Tropomodulins are actin regulatory proteins that interact with the slow-growing end of actin filaments and also have actin nucleating activity. C. elegans has a tropomodulin homolog, TMD-1/UNC-94 that encodes two isoforms with sequence similarity to vertebrate tropomodulins. TMD-1 is involved in body wall muscle development1,2; and we have found that it is also needed for proper morphology of the intestine and excretory cell. In the intestine, TMD-1 localizes to the terminal web, which is an actin and intermediate filament rich structure that underlies the apical membrane facing the lumen.

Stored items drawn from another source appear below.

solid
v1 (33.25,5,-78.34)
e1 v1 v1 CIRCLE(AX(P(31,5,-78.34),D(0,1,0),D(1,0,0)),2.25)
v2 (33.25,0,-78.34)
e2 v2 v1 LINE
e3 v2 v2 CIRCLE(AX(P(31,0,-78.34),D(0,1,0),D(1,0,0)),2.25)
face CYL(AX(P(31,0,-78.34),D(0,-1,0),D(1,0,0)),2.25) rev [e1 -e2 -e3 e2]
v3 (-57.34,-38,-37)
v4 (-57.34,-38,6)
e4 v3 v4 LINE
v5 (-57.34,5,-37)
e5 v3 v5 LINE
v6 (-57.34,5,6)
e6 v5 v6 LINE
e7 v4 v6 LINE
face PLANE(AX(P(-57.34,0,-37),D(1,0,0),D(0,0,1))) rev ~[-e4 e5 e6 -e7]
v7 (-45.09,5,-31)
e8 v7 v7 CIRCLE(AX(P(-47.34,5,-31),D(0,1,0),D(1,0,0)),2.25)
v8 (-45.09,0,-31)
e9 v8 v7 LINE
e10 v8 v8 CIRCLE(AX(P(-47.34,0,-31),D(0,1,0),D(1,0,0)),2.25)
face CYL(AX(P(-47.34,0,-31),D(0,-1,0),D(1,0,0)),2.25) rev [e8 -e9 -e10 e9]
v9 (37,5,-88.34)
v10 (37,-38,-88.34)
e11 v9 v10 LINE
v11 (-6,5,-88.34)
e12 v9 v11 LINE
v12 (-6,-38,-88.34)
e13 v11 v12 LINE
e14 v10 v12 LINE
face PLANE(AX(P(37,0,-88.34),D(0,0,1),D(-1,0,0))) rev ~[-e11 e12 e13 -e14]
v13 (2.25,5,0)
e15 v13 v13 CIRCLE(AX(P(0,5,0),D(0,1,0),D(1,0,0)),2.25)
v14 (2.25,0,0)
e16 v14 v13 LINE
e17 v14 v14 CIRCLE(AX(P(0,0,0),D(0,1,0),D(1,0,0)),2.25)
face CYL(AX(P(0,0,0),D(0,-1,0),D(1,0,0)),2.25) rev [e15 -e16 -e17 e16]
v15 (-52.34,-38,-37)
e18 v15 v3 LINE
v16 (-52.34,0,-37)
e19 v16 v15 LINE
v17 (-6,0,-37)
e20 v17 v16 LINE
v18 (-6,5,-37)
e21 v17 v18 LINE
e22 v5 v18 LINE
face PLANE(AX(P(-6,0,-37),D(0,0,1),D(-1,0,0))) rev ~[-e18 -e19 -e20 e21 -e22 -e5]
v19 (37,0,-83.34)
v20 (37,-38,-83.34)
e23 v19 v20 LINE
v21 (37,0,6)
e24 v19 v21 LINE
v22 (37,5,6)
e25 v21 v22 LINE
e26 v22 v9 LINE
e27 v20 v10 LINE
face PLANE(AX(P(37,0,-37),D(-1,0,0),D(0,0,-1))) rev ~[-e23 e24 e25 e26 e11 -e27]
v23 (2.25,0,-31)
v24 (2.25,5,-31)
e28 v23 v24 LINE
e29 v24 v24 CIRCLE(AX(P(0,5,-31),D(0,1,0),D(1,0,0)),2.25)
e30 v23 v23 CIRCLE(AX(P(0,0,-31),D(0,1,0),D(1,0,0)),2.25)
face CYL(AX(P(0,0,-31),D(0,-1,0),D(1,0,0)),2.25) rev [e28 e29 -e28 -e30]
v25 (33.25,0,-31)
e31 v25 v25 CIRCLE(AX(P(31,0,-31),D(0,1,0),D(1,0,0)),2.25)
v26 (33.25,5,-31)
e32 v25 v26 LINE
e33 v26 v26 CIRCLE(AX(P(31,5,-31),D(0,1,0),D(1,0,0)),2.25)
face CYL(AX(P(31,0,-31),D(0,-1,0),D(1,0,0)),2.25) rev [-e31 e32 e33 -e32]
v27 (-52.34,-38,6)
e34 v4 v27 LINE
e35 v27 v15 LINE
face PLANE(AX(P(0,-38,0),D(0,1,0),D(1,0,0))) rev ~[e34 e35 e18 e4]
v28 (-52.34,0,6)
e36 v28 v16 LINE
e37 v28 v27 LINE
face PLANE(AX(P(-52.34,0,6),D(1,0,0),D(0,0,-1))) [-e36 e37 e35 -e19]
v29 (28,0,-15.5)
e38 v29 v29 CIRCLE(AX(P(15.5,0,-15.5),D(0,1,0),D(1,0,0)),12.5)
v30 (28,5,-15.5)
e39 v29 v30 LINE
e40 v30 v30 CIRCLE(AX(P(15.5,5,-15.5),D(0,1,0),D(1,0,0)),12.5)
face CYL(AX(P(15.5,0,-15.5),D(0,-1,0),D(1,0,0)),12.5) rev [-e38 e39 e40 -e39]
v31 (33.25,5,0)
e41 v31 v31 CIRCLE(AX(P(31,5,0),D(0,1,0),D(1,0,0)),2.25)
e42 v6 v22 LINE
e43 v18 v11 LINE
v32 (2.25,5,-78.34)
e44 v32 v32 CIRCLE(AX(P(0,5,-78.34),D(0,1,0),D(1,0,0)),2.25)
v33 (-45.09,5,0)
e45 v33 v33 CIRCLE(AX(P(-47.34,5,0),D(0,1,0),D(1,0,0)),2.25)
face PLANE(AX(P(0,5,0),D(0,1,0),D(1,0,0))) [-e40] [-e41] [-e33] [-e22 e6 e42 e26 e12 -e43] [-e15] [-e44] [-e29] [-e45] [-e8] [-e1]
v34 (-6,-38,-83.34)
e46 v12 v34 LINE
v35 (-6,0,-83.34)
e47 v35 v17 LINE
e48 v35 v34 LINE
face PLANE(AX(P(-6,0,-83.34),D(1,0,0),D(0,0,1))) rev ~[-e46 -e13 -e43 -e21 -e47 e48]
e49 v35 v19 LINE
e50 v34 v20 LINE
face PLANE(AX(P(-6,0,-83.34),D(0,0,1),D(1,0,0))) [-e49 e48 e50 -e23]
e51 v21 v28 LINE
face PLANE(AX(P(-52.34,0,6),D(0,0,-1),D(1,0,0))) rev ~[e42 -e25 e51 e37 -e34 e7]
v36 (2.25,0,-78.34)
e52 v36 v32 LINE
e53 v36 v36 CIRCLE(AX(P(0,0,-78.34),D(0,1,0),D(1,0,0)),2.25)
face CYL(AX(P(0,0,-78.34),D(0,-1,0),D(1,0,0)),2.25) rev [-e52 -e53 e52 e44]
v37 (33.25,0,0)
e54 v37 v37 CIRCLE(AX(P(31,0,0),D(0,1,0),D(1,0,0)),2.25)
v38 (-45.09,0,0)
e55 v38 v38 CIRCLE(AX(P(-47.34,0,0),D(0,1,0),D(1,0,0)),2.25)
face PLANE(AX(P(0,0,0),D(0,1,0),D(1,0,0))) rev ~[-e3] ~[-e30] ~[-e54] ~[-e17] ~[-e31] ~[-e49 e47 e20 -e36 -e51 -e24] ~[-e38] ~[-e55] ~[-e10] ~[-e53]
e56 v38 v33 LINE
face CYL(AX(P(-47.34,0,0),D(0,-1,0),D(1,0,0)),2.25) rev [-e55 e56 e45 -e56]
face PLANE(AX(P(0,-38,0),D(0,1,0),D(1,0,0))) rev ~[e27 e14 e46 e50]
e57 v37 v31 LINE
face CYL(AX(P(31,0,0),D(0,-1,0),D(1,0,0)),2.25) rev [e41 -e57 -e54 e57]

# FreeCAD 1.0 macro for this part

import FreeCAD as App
import Part
import Sketcher
Q = App.Units.Quantity

doc = App.newDocument("Part")
params = doc.addObject("Spreadsheet::Sheet", "Params")
for row, (alias, value) in enumerate([
    ("sketch1_diameter", "25 mm"),
    ("sketch1_diameter2", "4.5 mm"),
    ("sketch1_width", "43 mm"),
    ("sketch1_width2", "51.34 mm"),
    ("pad1_length", "5 mm"),
    ("sketch2_width", "43 mm"),
    ("sketch2_width2", "5 mm"),
    ("pad2_length", "38 mm"),
], start=1):
    params.set(f"A{row}", alias)
    params.set(f"B{row}", "=" + value)
    params.setAlias(f"B{row}", alias)

body = doc.addObject("PartDesign::Body", "Body")

# Sketch on XZ plane
sketch1 = body.newObject("Sketcher::SketchObject", "Sketch")
sketch1.AttachmentSupport = (doc.getObject("XZ_Plane"), [""])
sketch1.MapMode = "FlatFace"
sketch1.addGeometry([
    Part.LineSegment(App.Vector(-6, -37, 0), App.Vector(-57.34, -37, 0)),  # 0
    Part.LineSegment(App.Vector(-57.34, -37, 0), App.Vector(-57.34, 6, 0)),  # 1
    Part.LineSegment(App.Vector(-57.34, 6, 0), App.Vector(37, 6, 0)),  # 2
    Part.LineSegment(App.Vector(37, 6, 0), App.Vector(37, -88.34, 0)),  # 3
    Part.LineSegment(App.Vector(37, -88.34, 0), App.Vector(-6, -88.34, 0)),  # 4
    Part.LineSegment(App.Vector(-6, -88.34, 0), App.Vector(-6, -37, 0)),  # 5
    Part.Circle(App.Vector(0, -78.34, 0), App.Vector(0, 0, 1), 2.25),  # 6
    Part.Circle(App.Vector(31, -78.34, 0), App.Vector(0, 0, 1), 2.25),  # 7
    Part.Circle(App.Vector(31, -31, 0), App.Vector(0, 0, 1), 2.25),  # 8
    Part.Circle(App.Vector(0, 0, 0), App.Vector(0, 0, 1), 2.25),  # 9
    Part.Circle(App.Vector(31, 0, 0), App.Vector(0, 0, 1), 2.25),  # 10
    Part.Circle(App.Vector(15.5, -15.5, 0), App.Vector(0, 0, 1), 12.5),  # 11
    Part.Circle(App.Vector(0, -31, 0), App.Vector(0, 0, 1), 2.25),  # 12
    Part.Circle(App.Vector(-47.34, -31, 0), App.Vector(0, 0, 1), 2.25),  # 13
    Part.Circle(App.Vector(-47.34, 0, 0), App.Vector(0, 0, 1), 2.25),  # 14
], False)
sketch1.addConstraint([
    Sketcher.Constraint("Coincident", 0, 2, 1, 1),
    Sketcher.Constraint("Coincident", 1, 2, 2, 1),
    Sketcher.Constraint("Coincident", 2, 2, 3, 1),
    Sketcher.Constraint("Coincident", 3, 2, 4, 1),
    Sketcher.Constraint("Coincident", 4, 2, 5, 1),
    Sketcher.Constraint("Coincident", 5, 2, 0, 1),
    Sketcher.Constraint("Horizontal", 0),
    Sketcher.Constraint("Vertical", 1),
    Sketcher.Constraint("Horizontal", 2),
    Sketcher.Constraint("Vertical", 3),
    Sketcher.Constraint("Horizontal", 4),
    Sketcher.Constraint("Vertical", 5),
    Sketcher.Constraint("Coincident", 9, 3, -1, 1),
    Sketcher.Constraint("Equal", 6, 7),
    Sketcher.Constraint("Equal", 7, 8),
    Sketcher.Constraint("Equal", 8, 9),
    Sketcher.Constraint("Equal", 9, 10),
    Sketcher.Constraint("Equal", 10, 12),
    Sketcher.Constraint("Equal", 12, 13),
    Sketcher.Constraint("Equal", 13, 14),
    Sketcher.Constraint("PointOnObject", 6, 3, -2),
    Sketcher.Constraint("PointOnObject", 10, 3, -1),
    Sketcher.Constraint("PointOnObject", 12, 3, -2),
    Sketcher.Constraint("PointOnObject", 14, 3, -1),
    Sketcher.Constraint("Horizontal", 6, 3, 7, 3),
    Sketcher.Constraint("Horizontal", 8, 3, 12, 3),
    Sketcher.Constraint("Horizontal", 12, 3, 13, 3),
    Sketcher.Constraint("Vertical", 7, 3, 8, 3),
    Sketcher.Constraint("Vertical", 8, 3, 10, 3),
    Sketcher.Constraint("Vertical", 13, 3, 14, 3),
    Sketcher.Constraint("Equal", 4, 1),
    Sketcher.Constraint("Equal", 2, 3),
    Sketcher.Constraint("Diameter", 11, Q("25 mm")),
    Sketcher.Constraint("Diameter", 6, Q("4.5 mm")),
    Sketcher.Constraint("DistanceX", 4, 2, 4, 1, Q("43 mm")),
    Sketcher.Constraint("DistanceX", -1, 1, 7, 3, Q("31 mm")),
    Sketcher.Constraint("DistanceY", 8, 3, -1, 1, Q("31 mm")),
    Sketcher.Constraint("DistanceY", -1, 1, 1, 2, Q("6 mm")),
    Sketcher.Constraint("DistanceX", 4, 2, -1, 1, Q("6 mm")),
    Sketcher.Constraint("DistanceX", 0, 2, 13, 3, Q("10 mm")),
    Sketcher.Constraint("DistanceY", 3, 2, 7, 3, Q("10 mm")),
    Sketcher.Constraint("DistanceY", 6, 3, 11, 3, Q("62.84 mm")),
    Sketcher.Constraint("DistanceX", 13, 3, 11, 3, Q("62.84 mm")),
    Sketcher.Constraint("DistanceX", 0, 2, 0, 1, Q("51.34 mm")),
])
sketch1.setExpression("Constraints[32]", "Params.sketch1_diameter")
sketch1.setExpression("Constraints[33]", "Params.sketch1_diameter2")
sketch1.setExpression("Constraints[34]", "Params.sketch1_width")
sketch1.setExpression("Constraints[43]", "Params.sketch1_width2")
pad1 = body.newObject("PartDesign::Pad", "Pad")
pad1.Profile = sketch1
pad1.setExpression("Length", "Params.pad1_length")
pad1.Reversed = True

# Sketch on XZ plane
sketch2 = body.newObject("Sketcher::SketchObject", "Sketch001")
sketch2.AttachmentSupport = (doc.getObject("XZ_Plane"), [""])
sketch2.MapMode = "FlatFace"
sketch2.addGeometry([
    Part.LineSegment(App.Vector(-6, -88.34, 0), App.Vector(-6, -83.34, 0)),  # 0
    Part.LineSegment(App.Vector(-6, -83.34, 0), App.Vector(37, -83.34, 0)),  # 1
    Part.LineSegment(App.Vector(37, -83.34, 0), App.Vector(37, -88.34, 0)),  # 2
    Part.LineSegment(App.Vector(37, -88.34, 0), App.Vector(-6, -88.34, 0)),  # 3
    Part.LineSegment(App.Vector(-52.34, 6, 0), App.Vector(-52.34, -37, 0)),  # 4
    Part.LineSegment(App.Vector(-52.34, -37, 0), App.Vector(-57.34, -37, 0)),  # 5
    Part.LineSegment(App.Vector(-57.34, -37, 0), App.Vector(-57.34, 6, 0)),  # 6
    Part.LineSegment(App.Vector(-57.34, 6, 0), App.Vector(-52.34, 6, 0)),  # 7
], False)
sketch2.addConstraint([
    Sketcher.Constraint("Coincident", 0, 2, 1, 1),
    Sketcher.Constraint("Coincident", 1, 2, 2, 1),
    Sketcher.Constraint("Coincident", 2, 2, 3, 1),
    Sketcher.Constraint("Coincident", 3, 2, 0, 1),
    Sketcher.Constraint("Coincident", 4, 2, 5, 1),
    Sketcher.Constraint("Coincident", 5, 2, 6, 1),
    Sketcher.Constraint("Coincident", 6, 2, 7, 1),
    Sketcher.Constraint("Coincident", 7, 2, 4, 1),
    Sketcher.Constraint("Vertical", 0),
    Sketcher.Constraint("Horizontal", 1),
    Sketcher.Constraint("Vertical", 2),
    Sketcher.Constraint("Horizontal", 3),
    Sketcher.Constraint("Vertical", 4),
    Sketcher.Constraint("Horizontal", 5),
    Sketcher.Constraint("Vertical", 6),
    Sketcher.Constraint("Horizontal", 7),
    Sketcher.Constraint("Equal", 7, 0),
    Sketcher.Constraint("Equal", 3, 4),
    Sketcher.Constraint("DistanceX", 1, 1, 1, 2, Q("43 mm")),
    Sketcher.Constraint("DistanceX", 5, 2, 5, 1, Q("5 mm")),
    Sketcher.Constraint("DistanceX", 0, 2, -1, 1, Q("6 mm")),
    Sketcher.Constraint("DistanceY", -1, 1, 6, 2, Q("6 mm")),
    Sketcher.Constraint("DistanceY", 0, 2, -1, 1, Q("83.34 mm")),
    Sketcher.Constraint("DistanceX", 4, 2, -1, 1, Q("52.34 mm")),
])
sketch2.setExpression("Constraints[18]", "Params.sketch2_width")
sketch2.setExpression("Constraints[19]", "Params.sketch2_width2")
pad2 = body.newObject("PartDesign::Pad", "Pad001")
pad2.Profile = sketch2
pad2.setExpression("Length", "Params.pad2_length")

doc.recompute()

In the intestine, loss of tmd-1 function results in flattened morphology of the lumen and a reduction in intestinal lumen volume. Interestingly, the intestinal defects can be rescued by performing weak RNAi for the myosin phosphatase, mel-11, suggesting a potential role for TMD-1 in promoting proper actomyosin contractility levels in the terminal web. More globally, this points to an important and previously undocumented role for actomyosin contractility in regulating lumen shape of simple endothelial tubes. tmd-1(tm724) mutants, which carry a large deletion in the tmd-1 gene, also have excretory cell defects; specifically the canals fail to extend properly. Improper structure of the intestine and excretory cell may account for the larval lethality, patchy appearance, and slow growth exhibited by tmd-1(tm724) mutants. This work indicates an important role for TMD-1/tropomodulin in morphogenesis of tubular epithelial tissues. 1 Yamashiro et al. (2008) J. Cell Sci. 121: 3867-77. 2 Stevensen et al. (2007) J. Mol. Bio. 374: 936-50.

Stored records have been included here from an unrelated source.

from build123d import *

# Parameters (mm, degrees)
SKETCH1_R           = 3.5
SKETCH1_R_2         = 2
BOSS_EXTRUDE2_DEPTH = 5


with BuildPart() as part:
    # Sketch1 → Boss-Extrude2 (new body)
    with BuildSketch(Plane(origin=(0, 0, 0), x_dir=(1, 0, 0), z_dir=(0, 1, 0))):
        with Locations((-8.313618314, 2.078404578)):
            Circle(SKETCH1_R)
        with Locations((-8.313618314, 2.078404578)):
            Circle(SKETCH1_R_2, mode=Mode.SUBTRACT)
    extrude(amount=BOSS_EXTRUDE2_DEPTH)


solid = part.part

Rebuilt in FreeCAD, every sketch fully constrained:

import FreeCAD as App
import Part
import Sketcher

doc = App.newDocument("Part")
body = doc.addObject("PartDesign::Body", "Body")

sketch1 = doc.addObject("Sketcher::SketchObject", "Sketch")
body.addObject(sketch1)
sketch1.AttachmentSupport = (doc.XZ_Plane, [""])
sketch1.MapMode = "FlatFace"
sketch1.addGeometry(Part.Circle(App.Vector(-8.3, -2.1, 0), App.Vector(0, 0, 1), 3.5), False)
sketch1.addGeometry(Part.Circle(App.Vector(-8.3, -2.1, 0), App.Vector(0, 0, 1), 2), False)
sketch1.addConstraint(Sketcher.Constraint("Coincident", 1, 3, 0, 3))
sketch1.addConstraint(Sketcher.Constraint("Diameter", 0, 7.0))
sketch1.addConstraint(Sketcher.Constraint("Diameter", 1, 4.0))
sketch1.addConstraint(Sketcher.Constraint("DistanceX", 0, 3, -1, 1, 8.313618))
sketch1.addConstraint(Sketcher.Constraint("DistanceY", 0, 3, -1, 1, 2.078405))
pad1 = doc.addObject("PartDesign::Pad", "Pad")
body.addObject(pad1)
pad1.Profile = sketch1
pad1.Length = 5
pad1.Reversed = True

doc.recompute()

Cannataro, Vincent et al. (2009) International Worm Meeting "TMD-1 / Tropomodulin Regulates Intestinal Lumen Diameter in C. elegans."

Silva, Malan, Cannataro, Vincent, Gallagher, Thomas, Cox, Elisabeth

[International Worm Meeting, 2009]

Tubes are a central architectural feature of many human tissues including glands, the urogenital and gastrointestinal tracts, the respiratory tract and the vascular system. Despite their importance, much remains unknown about the molecular mechanisms involved in tube development. This work explores a new role for tropomodulins in regulation of endothelial tube formation. Tropomodulins are one of the few proteins known to regulate the slow growing ends of actin filaments. The C. elegans tmd-1 gene encodes two transcripts (tmd-1a and tmd-1b) that have similar domain structure to mammalian tropomodulins. We have been examining the role of TMD-1 in development of the C. elegans intestine, which is a relatively simple, transparent tube that forms by a cord-hollowing mechanism similar to that used by some capillaries and renal tubules. Antibody staining using a rabbit anti-TMD-1 antibody demonstrates that TMD-1 localizes to the luminal surface of the C. elegans intestine as it undergoes morphogenesis. Interestingly, embryos homozygous for the tmd-1(tm724) allele, which contains a large deletion that affects both transcripts1, exhibit areas of intestinal lumen diameter that are 65% larger than wild-type. tmd-1(sf20) homozygous mutants, which have a premature stop codon affecting both transcripts2, also exhibit luminal expansions (50% larger than wild-type). Currently, investigations are underway to determine the molecular mechanisms by which TMD-1 regulates intestinal lumen diameter. Possibilities include modulation of actomyosin contractility, cooperation with the actin-spectrin cytoskeleton to provide mechanical strength to the luminal surface, and/or regulation of vesicle trafficking. This work is supported by National Institutes of Health grant R15HD059952. 1 Yamashiro et al. (2008) J. Cell Sci. 121: 3867-77. 2 Stevensen et al. (2007) J. Mol. Bio. 374: 936-50.